What is needed:
Using the data that follows, return exactly the lines from the one that contains "v1 (-0.396875,-0.396875,-31.496)" through the one that contains "v5 (1.5875,1.5875,0)", ends included.

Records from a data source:

==*==

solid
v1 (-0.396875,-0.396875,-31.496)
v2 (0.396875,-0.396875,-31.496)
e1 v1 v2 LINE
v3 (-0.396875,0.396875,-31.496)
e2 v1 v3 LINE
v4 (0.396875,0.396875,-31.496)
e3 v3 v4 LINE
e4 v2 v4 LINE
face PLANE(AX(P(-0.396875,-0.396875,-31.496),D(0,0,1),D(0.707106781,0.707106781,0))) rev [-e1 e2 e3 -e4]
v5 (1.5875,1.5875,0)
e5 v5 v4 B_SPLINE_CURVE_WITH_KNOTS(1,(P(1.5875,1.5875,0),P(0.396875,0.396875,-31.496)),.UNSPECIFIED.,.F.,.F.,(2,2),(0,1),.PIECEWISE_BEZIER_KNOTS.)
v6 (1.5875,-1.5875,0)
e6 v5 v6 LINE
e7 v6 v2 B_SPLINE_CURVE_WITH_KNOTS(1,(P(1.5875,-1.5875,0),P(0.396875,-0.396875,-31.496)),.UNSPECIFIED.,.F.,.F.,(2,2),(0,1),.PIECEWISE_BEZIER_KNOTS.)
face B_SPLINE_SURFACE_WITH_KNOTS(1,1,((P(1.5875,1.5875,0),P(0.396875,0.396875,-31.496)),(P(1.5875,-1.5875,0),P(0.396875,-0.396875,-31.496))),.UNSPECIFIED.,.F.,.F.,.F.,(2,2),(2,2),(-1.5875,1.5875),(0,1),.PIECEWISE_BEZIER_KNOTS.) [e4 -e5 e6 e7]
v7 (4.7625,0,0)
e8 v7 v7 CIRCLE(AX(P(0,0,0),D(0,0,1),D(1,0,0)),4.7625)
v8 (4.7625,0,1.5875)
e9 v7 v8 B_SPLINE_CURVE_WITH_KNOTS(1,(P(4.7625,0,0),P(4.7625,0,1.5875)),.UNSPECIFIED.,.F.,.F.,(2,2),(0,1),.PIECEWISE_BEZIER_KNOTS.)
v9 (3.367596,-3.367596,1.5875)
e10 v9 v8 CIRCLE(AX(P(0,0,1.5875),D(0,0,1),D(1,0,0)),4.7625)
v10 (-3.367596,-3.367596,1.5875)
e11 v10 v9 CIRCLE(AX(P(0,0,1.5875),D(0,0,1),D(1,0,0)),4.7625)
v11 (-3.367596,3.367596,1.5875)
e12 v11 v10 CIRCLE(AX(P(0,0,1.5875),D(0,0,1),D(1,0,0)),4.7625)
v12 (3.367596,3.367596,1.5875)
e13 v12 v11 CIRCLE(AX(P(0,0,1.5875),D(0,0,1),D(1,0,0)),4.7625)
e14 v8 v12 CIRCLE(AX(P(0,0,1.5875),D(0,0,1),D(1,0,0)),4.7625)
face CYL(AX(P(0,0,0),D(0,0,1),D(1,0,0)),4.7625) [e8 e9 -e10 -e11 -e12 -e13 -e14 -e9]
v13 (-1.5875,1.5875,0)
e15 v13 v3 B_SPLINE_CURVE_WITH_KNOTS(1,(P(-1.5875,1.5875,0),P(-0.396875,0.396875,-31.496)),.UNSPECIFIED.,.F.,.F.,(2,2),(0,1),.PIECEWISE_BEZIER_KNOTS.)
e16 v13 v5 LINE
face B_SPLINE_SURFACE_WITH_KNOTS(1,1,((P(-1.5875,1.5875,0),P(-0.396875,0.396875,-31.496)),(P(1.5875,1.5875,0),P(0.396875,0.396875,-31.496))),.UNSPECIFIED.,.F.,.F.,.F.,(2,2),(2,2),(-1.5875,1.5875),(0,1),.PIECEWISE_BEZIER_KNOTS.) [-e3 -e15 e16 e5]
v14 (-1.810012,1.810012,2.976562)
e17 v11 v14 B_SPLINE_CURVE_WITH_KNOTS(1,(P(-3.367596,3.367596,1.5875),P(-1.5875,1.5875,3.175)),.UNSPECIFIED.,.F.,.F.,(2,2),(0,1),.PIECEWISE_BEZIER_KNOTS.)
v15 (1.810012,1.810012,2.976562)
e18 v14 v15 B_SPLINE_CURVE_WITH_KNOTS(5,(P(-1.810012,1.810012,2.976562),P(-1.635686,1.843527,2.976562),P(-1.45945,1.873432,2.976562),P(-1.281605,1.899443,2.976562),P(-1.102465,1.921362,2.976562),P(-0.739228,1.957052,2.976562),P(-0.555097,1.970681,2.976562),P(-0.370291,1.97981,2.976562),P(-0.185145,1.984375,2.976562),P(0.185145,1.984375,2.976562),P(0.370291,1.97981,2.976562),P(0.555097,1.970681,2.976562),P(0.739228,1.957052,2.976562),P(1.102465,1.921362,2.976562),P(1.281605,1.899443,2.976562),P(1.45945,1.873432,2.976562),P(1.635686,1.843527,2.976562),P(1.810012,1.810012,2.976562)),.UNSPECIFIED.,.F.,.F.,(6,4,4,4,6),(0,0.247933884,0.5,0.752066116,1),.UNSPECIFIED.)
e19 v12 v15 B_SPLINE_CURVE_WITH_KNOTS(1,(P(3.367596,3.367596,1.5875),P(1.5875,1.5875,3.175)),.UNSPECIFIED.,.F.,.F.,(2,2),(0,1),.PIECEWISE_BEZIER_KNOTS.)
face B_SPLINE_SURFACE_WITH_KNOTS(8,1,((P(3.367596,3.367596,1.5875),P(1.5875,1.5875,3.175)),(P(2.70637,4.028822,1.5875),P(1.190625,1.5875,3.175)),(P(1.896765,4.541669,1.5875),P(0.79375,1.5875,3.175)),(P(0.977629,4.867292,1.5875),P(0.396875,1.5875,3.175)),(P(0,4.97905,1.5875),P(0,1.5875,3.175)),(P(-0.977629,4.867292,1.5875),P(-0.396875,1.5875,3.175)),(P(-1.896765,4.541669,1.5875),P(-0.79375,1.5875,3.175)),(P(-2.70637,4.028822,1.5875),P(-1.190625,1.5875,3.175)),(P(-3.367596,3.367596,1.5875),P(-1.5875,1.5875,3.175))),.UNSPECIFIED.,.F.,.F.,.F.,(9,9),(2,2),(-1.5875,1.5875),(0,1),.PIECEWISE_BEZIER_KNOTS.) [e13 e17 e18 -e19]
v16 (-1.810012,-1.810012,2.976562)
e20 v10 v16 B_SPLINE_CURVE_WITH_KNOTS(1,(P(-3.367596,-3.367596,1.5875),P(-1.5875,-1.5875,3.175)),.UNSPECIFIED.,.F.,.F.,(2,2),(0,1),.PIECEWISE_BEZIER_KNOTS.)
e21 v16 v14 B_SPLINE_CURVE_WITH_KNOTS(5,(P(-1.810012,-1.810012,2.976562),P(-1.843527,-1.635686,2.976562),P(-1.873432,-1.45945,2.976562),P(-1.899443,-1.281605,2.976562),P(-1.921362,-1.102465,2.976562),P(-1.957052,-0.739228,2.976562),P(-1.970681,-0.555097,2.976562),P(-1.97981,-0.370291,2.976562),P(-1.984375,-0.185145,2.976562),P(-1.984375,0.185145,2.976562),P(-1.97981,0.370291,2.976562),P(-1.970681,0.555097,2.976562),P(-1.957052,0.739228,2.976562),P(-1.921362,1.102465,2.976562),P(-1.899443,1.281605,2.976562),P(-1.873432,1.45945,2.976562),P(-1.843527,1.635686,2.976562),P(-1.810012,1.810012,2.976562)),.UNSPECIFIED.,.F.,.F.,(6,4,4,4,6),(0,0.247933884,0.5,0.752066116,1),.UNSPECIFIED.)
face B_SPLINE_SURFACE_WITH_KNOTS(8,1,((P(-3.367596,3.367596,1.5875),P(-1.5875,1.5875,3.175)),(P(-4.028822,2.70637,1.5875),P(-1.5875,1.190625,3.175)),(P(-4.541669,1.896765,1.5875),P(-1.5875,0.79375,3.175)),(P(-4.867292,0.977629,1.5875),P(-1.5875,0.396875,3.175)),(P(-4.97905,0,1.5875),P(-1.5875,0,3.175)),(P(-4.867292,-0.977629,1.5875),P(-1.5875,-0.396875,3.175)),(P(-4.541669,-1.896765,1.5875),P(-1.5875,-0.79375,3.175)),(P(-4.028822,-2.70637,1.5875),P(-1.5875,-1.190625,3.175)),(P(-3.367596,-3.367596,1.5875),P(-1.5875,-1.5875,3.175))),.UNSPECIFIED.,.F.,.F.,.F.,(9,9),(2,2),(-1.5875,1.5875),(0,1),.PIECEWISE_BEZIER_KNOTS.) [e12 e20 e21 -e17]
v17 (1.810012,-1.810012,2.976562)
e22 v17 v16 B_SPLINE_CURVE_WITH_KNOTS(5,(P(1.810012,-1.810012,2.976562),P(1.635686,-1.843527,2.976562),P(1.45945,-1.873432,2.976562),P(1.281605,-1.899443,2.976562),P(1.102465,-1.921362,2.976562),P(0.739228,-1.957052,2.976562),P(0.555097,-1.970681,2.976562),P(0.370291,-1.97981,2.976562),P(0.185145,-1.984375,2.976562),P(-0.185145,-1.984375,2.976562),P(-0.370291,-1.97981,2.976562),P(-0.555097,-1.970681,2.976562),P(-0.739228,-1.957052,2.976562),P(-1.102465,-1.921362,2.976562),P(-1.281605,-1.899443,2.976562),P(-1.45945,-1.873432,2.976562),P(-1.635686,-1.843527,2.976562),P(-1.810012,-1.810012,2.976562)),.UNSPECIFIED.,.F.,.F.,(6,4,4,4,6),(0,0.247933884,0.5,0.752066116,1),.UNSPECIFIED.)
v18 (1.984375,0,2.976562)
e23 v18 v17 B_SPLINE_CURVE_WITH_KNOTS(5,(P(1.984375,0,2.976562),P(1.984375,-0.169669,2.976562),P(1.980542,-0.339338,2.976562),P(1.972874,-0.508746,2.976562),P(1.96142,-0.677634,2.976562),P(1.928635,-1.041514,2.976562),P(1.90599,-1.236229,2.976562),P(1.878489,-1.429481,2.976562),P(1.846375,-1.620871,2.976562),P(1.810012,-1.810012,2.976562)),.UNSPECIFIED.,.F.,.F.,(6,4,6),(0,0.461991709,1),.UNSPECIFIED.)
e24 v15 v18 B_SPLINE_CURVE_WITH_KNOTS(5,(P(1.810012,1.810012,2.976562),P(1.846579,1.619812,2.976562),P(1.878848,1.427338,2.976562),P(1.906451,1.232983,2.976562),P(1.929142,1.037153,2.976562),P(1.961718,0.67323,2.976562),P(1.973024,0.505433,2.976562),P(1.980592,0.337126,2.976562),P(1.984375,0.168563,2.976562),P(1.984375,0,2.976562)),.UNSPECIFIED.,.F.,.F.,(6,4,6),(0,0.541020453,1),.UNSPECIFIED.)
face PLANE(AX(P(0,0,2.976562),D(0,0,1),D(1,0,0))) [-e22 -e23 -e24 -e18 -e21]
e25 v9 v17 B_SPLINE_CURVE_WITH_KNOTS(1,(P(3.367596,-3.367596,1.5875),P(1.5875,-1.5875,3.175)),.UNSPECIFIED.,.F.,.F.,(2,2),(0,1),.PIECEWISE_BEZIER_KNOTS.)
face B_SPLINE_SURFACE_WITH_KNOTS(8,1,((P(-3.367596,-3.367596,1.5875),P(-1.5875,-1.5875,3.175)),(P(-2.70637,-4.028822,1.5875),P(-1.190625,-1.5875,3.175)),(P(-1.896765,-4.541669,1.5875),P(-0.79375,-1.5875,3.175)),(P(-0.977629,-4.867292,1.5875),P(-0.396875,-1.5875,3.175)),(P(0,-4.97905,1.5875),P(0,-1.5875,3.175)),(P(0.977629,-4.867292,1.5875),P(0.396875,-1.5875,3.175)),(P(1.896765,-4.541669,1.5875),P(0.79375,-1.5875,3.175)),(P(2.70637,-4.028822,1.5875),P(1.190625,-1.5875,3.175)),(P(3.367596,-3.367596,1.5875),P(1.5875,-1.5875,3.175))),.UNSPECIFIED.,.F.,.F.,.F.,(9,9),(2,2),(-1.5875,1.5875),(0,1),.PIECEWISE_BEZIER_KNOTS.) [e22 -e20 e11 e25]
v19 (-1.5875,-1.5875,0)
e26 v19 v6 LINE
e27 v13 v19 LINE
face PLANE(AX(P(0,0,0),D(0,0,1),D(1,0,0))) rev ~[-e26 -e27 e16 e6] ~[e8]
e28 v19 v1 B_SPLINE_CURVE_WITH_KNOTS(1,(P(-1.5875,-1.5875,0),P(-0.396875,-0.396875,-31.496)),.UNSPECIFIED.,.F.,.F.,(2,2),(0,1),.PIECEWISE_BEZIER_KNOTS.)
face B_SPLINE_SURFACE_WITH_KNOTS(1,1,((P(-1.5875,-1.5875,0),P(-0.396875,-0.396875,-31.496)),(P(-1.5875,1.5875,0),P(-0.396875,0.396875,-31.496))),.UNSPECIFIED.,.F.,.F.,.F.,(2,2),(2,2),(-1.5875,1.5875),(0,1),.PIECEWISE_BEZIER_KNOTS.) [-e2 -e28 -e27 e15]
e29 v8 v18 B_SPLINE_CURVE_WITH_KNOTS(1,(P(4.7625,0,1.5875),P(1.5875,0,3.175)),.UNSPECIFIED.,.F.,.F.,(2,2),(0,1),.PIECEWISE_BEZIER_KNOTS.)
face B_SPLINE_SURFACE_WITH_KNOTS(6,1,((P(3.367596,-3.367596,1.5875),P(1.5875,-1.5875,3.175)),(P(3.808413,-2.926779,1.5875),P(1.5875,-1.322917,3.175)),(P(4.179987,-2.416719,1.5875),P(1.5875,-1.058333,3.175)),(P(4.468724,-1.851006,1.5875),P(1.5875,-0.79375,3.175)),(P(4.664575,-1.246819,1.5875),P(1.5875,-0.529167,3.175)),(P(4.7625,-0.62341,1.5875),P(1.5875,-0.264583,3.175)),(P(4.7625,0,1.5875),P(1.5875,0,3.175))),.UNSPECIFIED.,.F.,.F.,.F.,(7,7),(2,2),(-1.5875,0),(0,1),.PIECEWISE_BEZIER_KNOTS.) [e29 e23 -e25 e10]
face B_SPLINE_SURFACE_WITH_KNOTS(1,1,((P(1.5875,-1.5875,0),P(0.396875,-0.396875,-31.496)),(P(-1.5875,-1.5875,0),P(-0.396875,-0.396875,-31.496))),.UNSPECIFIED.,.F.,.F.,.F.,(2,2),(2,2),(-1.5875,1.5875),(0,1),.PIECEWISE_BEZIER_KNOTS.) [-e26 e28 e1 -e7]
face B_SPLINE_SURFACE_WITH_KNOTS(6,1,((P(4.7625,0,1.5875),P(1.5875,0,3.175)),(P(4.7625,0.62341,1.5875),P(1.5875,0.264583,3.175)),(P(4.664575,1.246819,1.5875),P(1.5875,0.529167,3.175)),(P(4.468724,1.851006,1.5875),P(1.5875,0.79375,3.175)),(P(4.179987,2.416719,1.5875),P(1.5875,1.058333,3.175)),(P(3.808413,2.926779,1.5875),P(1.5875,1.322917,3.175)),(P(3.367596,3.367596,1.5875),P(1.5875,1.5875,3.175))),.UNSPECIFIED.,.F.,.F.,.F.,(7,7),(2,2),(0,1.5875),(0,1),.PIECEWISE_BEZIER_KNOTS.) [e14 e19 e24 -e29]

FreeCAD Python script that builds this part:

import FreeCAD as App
import Part
import Sketcher
Q = App.Units.Quantity


def add_polygon(sketch, points):
    """Adds a closed chain of lines whose ends are joined by coincident constraints."""
    first, n = sketch.GeometryCount, len(points)
    for a, b in zip(points, points[1:] + points[:1]):
        sketch.addGeometry(Part.LineSegment(App.Vector(*a, 0), App.Vector(*b, 0)), False)
    for i in range(n):
        sketch.addConstraint(Sketcher.Constraint("Coincident", first + i, 2, first + (i + 1) % n, 1))

doc = App.newDocument("Part")
body = doc.addObject("PartDesign::Body", "Body")

sketch1 = body.newObject("Sketcher::SketchObject", "Sketch")
sketch1.AttachmentSupport = (doc.getObject("XY_Plane"), [""])
sketch1.MapMode = "FlatFace"
sketch1.addGeometry(Part.Circle(App.Vector(0, 0, 0), App.Vector(0, 0, 1), 4.7625), False)
sketch1.addConstraint([
    Sketcher.Constraint("Coincident", 0, 3, -1, 1),
    Sketcher.Constraint("Diameter", 0, Q("0.375 in")),
])

sketch2 = body.newObject("Sketcher::SketchObject", "Sketch001")
sketch2.AttachmentSupport = (doc.getObject("XY_Plane"), [""])
sketch2.MapMode = "FlatFace"
sketch2.AttachmentOffset = App.Placement(App.Vector(0, 0, 0.0625 * 25.4), App.Rotation())
sketch2.addGeometry(Part.Circle(App.Vector(0, 0, 0), App.Vector(0, 0, 1), 4.7625), False)
sketch2.addConstraint([
    Sketcher.Constraint("Coincident", 0, 3, -1, 1),
    Sketcher.Constraint("Diameter", 0, Q("0.375 in")),
])

additiveloft = body.newObject("PartDesign::AdditiveLoft", "AdditiveLoft")
additiveloft.Profile = sketch1
additiveloft.Sections = [sketch2]

sketch3 = body.newObject("Sketcher::SketchObject", "Sketch002")
sketch3.AttachmentSupport = (doc.getObject("XY_Plane"), [""])
sketch3.MapMode = "FlatFace"
sketch3.AttachmentOffset = App.Placement(App.Vector(0, 0, 0.0625 * 25.4), App.Rotation())
sketch3.addGeometry(Part.Circle(App.Vector(0, 0, 0), App.Vector(0, 0, 1), 4.7625), False)
sketch3.addConstraint([
    Sketcher.Constraint("Coincident", 0, 3, -1, 1),
    Sketcher.Constraint("Diameter", 0, Q("0.375 in")),
])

==*==

Solution for this problem:
v1 (-0.396875,-0.396875,-31.496)
v2 (0.396875,-0.396875,-31.496)
e1 v1 v2 LINE
v3 (-0.396875,0.396875,-31.496)
e2 v1 v3 LINE
v4 (0.396875,0.396875,-31.496)
e3 v3 v4 LINE
e4 v2 v4 LINE
face PLANE(AX(P(-0.396875,-0.396875,-31.496),D(0,0,1),D(0.707106781,0.707106781,0))) rev [-e1 e2 e3 -e4]
v5 (1.5875,1.5875,0)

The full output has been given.